Listed records: Begin

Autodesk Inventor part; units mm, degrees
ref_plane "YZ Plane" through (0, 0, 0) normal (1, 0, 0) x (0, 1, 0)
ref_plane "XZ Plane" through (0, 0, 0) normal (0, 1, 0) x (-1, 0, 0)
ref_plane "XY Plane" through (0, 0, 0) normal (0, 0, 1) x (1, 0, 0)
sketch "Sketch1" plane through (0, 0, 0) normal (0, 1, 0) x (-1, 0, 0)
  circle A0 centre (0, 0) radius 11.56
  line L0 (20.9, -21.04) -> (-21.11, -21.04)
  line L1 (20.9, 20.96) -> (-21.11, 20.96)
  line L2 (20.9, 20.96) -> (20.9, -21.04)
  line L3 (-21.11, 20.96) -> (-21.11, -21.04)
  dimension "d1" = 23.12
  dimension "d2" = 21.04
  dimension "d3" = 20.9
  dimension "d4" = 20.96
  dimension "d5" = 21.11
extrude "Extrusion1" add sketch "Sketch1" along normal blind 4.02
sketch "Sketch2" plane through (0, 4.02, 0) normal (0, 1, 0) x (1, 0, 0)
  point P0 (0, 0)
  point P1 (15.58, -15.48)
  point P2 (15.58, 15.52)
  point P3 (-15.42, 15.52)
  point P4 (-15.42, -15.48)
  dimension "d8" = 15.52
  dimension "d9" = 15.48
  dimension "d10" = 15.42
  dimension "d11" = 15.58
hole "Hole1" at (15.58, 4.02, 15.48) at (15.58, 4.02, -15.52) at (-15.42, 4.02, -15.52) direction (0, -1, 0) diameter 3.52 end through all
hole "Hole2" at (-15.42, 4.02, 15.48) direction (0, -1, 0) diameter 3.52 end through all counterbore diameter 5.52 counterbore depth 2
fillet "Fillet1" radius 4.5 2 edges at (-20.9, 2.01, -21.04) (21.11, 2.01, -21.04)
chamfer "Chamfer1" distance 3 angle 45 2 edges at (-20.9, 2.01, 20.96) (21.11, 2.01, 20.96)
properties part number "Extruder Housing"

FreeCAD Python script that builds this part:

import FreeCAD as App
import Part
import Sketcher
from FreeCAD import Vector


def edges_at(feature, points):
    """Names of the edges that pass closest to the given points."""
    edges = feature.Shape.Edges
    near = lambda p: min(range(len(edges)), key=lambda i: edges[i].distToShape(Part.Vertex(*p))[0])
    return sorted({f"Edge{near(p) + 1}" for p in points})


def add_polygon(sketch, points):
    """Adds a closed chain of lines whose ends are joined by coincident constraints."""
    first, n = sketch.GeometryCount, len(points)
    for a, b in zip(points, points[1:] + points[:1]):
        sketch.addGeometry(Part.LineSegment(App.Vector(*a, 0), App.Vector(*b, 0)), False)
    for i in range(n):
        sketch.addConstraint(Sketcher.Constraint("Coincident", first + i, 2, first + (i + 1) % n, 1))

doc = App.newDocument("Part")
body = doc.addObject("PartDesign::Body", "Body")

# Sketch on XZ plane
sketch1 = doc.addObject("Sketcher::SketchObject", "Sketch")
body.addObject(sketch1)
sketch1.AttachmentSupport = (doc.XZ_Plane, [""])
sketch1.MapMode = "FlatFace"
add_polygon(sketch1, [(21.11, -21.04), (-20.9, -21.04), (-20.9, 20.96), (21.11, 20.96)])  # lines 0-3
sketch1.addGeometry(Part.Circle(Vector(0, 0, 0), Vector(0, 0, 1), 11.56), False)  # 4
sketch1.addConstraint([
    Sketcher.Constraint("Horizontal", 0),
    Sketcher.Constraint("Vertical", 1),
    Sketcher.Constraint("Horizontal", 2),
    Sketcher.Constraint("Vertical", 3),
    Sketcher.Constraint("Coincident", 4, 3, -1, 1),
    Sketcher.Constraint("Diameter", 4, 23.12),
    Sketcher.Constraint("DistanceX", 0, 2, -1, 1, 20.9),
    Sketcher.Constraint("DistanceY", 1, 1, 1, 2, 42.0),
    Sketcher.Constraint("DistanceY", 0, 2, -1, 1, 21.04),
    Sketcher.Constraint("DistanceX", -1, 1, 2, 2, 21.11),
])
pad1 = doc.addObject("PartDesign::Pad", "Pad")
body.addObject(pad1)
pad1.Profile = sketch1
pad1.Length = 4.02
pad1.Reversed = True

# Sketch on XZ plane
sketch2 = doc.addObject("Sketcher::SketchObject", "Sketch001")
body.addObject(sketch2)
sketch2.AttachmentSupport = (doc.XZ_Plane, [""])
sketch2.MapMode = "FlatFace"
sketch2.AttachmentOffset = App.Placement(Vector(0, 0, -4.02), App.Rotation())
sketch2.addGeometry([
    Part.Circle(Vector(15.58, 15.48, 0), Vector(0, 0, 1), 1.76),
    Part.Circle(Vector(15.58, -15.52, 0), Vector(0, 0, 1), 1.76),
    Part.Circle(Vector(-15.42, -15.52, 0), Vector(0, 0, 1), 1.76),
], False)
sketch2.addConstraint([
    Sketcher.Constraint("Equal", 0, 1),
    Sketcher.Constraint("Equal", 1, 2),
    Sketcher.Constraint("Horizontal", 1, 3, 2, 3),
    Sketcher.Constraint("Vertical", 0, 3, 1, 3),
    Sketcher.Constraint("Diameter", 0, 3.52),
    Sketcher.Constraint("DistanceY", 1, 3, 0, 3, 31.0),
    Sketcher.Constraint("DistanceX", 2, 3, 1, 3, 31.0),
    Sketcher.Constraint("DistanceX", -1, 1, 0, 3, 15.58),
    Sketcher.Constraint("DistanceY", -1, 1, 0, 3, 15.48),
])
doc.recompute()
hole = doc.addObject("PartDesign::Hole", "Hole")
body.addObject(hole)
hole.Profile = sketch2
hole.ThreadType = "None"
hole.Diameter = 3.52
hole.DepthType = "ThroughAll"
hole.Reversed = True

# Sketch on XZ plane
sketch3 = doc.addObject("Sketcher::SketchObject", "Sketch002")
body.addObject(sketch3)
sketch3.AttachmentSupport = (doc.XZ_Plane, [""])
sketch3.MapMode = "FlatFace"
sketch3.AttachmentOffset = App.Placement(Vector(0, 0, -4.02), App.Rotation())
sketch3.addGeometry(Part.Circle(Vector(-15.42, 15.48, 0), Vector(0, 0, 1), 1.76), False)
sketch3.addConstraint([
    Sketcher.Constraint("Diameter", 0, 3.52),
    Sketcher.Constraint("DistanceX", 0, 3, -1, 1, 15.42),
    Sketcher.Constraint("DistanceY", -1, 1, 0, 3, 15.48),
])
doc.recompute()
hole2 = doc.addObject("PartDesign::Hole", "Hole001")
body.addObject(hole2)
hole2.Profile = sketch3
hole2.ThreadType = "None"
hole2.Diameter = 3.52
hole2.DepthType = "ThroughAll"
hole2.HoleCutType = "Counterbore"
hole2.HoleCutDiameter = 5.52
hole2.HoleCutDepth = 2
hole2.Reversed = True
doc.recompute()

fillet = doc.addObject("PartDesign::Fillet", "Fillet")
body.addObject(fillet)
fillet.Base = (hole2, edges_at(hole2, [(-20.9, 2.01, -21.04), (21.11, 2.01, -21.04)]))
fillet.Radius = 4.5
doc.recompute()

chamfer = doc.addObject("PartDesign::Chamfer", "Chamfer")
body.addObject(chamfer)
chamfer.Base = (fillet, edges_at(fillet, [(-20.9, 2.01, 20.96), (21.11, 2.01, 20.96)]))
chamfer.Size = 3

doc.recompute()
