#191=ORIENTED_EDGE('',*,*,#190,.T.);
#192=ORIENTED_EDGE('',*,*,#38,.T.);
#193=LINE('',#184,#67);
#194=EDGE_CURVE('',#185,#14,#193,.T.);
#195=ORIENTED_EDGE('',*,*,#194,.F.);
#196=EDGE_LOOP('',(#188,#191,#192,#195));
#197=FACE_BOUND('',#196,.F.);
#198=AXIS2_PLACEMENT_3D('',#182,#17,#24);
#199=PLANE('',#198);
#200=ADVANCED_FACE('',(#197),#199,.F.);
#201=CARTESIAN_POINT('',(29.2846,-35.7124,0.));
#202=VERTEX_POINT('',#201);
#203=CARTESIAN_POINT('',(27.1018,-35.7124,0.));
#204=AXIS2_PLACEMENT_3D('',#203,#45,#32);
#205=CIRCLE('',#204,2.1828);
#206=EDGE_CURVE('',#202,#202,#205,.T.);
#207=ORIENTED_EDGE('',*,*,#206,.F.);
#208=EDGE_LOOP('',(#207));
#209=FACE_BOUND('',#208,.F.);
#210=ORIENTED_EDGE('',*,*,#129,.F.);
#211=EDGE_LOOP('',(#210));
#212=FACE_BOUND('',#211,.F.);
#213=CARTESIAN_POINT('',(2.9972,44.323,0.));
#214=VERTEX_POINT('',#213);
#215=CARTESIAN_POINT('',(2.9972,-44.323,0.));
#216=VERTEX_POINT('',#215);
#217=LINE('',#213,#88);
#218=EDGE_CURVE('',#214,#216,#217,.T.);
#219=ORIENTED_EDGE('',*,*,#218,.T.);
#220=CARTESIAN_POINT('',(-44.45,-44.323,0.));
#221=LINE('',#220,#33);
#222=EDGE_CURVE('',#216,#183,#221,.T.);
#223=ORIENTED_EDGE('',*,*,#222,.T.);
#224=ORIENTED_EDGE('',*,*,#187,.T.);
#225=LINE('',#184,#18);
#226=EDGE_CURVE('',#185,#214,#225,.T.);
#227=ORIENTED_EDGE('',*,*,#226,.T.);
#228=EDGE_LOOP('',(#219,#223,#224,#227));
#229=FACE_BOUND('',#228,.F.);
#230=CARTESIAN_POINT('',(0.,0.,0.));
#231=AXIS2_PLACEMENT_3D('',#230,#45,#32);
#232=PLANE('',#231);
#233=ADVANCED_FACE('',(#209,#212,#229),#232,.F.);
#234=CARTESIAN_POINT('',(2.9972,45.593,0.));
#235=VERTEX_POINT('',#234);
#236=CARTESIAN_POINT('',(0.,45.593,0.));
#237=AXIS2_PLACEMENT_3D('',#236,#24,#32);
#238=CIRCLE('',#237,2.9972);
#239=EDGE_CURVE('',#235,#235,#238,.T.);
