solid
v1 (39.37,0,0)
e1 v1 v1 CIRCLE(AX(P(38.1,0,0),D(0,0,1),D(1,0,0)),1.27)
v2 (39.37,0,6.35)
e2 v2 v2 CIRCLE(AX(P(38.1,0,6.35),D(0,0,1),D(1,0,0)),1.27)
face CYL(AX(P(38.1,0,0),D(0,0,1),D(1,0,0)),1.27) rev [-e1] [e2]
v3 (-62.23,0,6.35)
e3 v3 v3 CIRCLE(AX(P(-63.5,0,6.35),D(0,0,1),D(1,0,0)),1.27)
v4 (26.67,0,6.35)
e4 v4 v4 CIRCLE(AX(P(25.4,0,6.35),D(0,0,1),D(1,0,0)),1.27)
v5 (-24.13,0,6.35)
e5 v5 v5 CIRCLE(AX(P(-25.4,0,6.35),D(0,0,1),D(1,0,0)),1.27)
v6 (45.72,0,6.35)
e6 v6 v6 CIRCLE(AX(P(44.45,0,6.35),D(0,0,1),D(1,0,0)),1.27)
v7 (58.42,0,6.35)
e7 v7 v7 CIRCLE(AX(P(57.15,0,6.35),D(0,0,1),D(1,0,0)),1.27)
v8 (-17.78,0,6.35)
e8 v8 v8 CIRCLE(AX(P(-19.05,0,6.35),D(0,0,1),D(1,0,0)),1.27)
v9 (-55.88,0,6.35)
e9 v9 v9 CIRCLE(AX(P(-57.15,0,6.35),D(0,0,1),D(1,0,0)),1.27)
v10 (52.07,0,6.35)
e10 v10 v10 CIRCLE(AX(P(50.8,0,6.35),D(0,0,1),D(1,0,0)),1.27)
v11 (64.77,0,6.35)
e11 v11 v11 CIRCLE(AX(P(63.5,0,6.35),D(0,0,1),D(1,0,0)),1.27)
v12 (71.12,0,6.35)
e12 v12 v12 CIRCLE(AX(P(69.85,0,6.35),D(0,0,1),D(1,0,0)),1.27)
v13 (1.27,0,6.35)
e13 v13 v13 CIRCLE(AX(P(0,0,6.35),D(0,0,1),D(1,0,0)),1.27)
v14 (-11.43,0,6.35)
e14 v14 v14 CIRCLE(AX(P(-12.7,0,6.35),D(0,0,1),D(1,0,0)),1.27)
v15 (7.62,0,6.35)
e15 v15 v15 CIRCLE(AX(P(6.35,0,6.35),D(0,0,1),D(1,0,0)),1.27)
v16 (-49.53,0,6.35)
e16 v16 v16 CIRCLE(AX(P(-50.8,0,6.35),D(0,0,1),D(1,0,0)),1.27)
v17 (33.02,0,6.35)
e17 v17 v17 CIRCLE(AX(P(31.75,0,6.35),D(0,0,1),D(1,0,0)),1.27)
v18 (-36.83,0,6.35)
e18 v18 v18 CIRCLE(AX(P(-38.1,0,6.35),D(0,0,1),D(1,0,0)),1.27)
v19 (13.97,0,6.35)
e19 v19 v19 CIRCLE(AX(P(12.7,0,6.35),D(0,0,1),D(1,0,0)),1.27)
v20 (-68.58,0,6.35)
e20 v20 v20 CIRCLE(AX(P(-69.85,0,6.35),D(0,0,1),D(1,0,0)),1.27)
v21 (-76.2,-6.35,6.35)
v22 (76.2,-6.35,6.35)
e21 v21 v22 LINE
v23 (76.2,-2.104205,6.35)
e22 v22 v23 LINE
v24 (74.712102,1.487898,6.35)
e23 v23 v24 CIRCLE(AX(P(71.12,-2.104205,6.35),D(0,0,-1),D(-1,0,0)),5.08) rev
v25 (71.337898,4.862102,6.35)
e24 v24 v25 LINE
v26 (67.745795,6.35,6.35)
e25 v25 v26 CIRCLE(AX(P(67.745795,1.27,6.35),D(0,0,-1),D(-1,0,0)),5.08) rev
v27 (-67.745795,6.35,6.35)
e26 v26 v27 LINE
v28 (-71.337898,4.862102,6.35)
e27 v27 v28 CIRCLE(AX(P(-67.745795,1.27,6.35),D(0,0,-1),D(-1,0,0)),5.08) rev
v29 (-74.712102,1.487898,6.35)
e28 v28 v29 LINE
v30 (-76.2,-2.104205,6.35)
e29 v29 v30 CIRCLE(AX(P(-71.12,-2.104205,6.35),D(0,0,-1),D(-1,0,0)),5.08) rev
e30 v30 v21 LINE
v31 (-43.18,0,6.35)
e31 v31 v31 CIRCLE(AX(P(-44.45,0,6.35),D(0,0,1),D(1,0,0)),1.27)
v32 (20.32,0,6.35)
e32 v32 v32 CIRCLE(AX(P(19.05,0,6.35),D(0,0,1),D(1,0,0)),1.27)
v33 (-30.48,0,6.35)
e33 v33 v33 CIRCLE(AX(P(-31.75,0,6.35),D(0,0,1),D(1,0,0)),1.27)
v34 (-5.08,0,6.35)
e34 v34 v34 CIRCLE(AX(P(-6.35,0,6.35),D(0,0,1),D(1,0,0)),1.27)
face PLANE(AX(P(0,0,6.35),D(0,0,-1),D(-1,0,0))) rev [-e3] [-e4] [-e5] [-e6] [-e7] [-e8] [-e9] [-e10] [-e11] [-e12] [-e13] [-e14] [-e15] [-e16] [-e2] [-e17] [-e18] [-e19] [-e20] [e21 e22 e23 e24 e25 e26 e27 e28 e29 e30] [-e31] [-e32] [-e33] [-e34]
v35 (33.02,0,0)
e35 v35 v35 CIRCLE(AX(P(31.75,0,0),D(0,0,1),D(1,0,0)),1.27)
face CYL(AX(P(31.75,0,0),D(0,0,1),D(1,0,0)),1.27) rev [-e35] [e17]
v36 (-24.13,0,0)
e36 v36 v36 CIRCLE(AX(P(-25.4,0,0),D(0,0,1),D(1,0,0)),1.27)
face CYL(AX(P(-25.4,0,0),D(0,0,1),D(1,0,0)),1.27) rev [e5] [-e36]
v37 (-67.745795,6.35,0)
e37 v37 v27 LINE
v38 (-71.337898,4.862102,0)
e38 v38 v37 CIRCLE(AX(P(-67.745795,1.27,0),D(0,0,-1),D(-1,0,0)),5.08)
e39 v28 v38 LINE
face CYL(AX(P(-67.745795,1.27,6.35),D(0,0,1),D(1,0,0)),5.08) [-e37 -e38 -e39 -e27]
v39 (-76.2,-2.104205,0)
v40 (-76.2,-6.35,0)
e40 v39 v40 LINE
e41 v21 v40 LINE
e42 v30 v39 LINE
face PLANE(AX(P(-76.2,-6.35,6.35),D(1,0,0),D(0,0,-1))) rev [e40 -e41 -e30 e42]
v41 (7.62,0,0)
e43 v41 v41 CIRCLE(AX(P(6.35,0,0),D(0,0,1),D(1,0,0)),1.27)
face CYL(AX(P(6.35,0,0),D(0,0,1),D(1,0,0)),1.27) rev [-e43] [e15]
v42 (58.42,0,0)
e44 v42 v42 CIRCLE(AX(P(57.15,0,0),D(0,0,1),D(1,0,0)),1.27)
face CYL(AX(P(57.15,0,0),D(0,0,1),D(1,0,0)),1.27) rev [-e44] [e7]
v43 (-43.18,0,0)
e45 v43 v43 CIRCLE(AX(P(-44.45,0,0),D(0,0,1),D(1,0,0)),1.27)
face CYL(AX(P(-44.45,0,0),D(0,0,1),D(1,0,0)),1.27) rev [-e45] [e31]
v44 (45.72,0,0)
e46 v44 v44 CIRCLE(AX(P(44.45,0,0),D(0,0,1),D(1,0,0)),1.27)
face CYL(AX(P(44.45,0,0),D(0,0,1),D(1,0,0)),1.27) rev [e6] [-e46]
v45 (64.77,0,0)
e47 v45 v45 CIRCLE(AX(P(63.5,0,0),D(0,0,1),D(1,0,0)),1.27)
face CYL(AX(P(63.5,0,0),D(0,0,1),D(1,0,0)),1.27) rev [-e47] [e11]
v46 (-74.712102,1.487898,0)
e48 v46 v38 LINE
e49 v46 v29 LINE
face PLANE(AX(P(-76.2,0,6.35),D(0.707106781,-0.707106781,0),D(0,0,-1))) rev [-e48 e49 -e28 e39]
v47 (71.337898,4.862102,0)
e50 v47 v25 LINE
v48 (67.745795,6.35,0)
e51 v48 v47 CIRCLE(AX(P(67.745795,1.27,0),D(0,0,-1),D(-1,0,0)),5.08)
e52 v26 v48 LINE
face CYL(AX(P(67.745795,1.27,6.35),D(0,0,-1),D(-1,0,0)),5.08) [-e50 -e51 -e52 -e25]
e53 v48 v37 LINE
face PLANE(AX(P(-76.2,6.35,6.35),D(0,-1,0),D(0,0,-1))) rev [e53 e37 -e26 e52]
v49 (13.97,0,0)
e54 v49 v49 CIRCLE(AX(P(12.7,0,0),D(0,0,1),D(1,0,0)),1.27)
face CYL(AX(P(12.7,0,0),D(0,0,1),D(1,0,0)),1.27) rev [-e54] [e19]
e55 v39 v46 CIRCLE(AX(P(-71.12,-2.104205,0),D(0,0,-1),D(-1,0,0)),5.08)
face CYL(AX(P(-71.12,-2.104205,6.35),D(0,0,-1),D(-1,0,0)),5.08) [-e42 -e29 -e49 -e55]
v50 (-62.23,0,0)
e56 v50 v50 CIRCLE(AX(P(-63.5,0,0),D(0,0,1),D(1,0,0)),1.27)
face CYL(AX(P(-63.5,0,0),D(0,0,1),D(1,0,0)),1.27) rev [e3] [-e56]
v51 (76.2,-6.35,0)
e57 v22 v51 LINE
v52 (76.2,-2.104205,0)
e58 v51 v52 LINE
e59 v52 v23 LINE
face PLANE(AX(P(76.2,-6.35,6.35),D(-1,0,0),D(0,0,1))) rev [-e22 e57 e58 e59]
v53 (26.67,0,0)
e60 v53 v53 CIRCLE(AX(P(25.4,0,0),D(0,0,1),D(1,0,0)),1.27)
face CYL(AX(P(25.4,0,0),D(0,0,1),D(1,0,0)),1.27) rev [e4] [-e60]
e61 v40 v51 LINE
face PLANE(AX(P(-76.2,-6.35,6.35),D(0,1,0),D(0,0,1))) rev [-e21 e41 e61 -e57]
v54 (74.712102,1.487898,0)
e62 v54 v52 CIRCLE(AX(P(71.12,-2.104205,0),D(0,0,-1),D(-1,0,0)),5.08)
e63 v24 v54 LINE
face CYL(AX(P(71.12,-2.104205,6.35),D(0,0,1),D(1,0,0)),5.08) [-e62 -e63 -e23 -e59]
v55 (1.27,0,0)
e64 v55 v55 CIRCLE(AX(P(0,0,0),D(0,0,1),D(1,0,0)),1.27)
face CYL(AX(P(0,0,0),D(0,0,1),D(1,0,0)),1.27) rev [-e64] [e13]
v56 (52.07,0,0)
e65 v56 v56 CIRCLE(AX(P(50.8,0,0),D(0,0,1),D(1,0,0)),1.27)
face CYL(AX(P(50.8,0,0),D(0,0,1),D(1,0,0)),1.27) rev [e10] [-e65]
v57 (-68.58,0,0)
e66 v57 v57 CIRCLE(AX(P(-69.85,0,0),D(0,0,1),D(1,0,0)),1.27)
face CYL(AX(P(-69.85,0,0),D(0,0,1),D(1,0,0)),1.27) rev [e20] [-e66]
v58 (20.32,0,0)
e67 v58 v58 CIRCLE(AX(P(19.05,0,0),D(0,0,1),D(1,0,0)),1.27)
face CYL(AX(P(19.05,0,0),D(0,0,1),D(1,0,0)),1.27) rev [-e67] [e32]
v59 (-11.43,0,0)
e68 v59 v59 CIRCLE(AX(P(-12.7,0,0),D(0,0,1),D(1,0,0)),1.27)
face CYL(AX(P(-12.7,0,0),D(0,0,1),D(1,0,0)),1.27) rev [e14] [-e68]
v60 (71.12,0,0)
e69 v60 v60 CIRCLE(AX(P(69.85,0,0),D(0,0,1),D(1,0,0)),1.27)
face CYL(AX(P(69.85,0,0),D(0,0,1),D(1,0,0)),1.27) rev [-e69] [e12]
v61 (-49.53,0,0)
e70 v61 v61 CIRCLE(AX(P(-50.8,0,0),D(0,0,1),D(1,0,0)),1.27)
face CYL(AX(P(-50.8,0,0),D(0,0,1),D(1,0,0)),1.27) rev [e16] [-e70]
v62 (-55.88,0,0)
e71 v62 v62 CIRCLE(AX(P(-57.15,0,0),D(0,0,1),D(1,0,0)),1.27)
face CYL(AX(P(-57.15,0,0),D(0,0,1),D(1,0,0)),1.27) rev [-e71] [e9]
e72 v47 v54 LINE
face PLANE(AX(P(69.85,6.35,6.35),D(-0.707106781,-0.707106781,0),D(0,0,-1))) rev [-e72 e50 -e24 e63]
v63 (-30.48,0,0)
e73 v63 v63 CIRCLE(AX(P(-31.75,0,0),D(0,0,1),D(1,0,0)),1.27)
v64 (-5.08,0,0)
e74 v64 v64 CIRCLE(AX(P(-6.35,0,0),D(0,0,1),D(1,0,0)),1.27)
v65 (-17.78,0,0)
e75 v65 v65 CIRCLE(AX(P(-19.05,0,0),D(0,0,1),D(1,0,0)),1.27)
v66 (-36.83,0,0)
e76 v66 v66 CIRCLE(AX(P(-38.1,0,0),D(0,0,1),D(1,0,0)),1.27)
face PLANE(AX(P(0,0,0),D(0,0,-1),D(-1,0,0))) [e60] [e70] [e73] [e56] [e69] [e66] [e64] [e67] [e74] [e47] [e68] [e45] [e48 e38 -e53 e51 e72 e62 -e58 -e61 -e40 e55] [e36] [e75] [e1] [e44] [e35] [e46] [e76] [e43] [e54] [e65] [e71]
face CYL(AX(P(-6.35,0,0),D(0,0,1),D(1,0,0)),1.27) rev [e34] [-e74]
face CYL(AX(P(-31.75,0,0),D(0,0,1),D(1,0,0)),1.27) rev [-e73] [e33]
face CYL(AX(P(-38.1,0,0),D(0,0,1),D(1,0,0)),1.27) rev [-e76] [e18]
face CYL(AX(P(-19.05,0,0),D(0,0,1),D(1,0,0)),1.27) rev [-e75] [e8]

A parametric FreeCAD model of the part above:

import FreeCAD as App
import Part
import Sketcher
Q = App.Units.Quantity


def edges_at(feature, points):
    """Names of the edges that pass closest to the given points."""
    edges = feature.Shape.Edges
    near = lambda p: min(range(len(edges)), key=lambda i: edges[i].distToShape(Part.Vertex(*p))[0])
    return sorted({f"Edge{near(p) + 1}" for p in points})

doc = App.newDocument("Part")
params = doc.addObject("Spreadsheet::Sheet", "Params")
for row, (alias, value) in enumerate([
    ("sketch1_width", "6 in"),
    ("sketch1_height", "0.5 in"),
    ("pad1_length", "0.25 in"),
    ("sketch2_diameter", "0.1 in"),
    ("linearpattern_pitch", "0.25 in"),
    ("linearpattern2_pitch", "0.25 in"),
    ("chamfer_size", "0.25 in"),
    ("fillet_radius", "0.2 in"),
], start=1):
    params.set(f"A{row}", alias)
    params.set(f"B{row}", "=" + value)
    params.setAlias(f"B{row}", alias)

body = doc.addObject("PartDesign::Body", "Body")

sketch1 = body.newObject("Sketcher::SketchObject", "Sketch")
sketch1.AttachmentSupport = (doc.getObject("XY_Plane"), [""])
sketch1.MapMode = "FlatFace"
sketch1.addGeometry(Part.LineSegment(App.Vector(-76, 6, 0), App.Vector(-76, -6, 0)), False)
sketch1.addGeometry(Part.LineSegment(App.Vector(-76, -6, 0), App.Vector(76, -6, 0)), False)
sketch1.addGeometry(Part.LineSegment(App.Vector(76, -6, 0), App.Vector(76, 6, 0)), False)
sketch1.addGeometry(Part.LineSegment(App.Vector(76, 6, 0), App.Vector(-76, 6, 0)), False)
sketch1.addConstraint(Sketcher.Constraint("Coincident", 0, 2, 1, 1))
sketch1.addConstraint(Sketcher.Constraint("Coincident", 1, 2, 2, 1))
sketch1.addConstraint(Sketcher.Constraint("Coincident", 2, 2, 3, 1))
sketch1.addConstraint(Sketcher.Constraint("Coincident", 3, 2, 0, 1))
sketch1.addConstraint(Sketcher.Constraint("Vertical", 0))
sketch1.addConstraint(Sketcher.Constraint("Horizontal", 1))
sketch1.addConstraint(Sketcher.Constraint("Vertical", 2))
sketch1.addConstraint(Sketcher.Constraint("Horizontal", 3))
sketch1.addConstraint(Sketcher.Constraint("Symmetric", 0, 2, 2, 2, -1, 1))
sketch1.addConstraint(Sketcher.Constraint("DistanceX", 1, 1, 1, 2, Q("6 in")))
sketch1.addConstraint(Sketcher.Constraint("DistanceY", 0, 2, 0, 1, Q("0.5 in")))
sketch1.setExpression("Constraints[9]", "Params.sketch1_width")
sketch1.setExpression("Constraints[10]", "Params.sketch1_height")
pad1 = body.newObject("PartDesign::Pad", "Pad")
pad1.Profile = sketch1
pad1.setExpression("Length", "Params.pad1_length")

Listed records: End

__The problem__
What you return should be exactly the lines above, starting at the one with "e65 v56 v56" and ending at the one with "e67 v58 v58", and nothing else.

__Solution to the problem__
e65 v56 v56 CIRCLE(AX(P(50.8,0,0),D(0,0,1),D(1,0,0)),1.27)
face CYL(AX(P(50.8,0,0),D(0,0,1),D(1,0,0)),1.27) rev [e10] [-e65]
v57 (-68.58,0,0)
e66 v57 v57 CIRCLE(AX(P(-69.85,0,0),D(0,0,1),D(1,0,0)),1.27)
face CYL(AX(P(-69.85,0,0),D(0,0,1),D(1,0,0)),1.27) rev [e20] [-e66]
v58 (20.32,0,0)
e67 v58 v58 CIRCLE(AX(P(19.05,0,0),D(0,0,1),D(1,0,0)),1.27)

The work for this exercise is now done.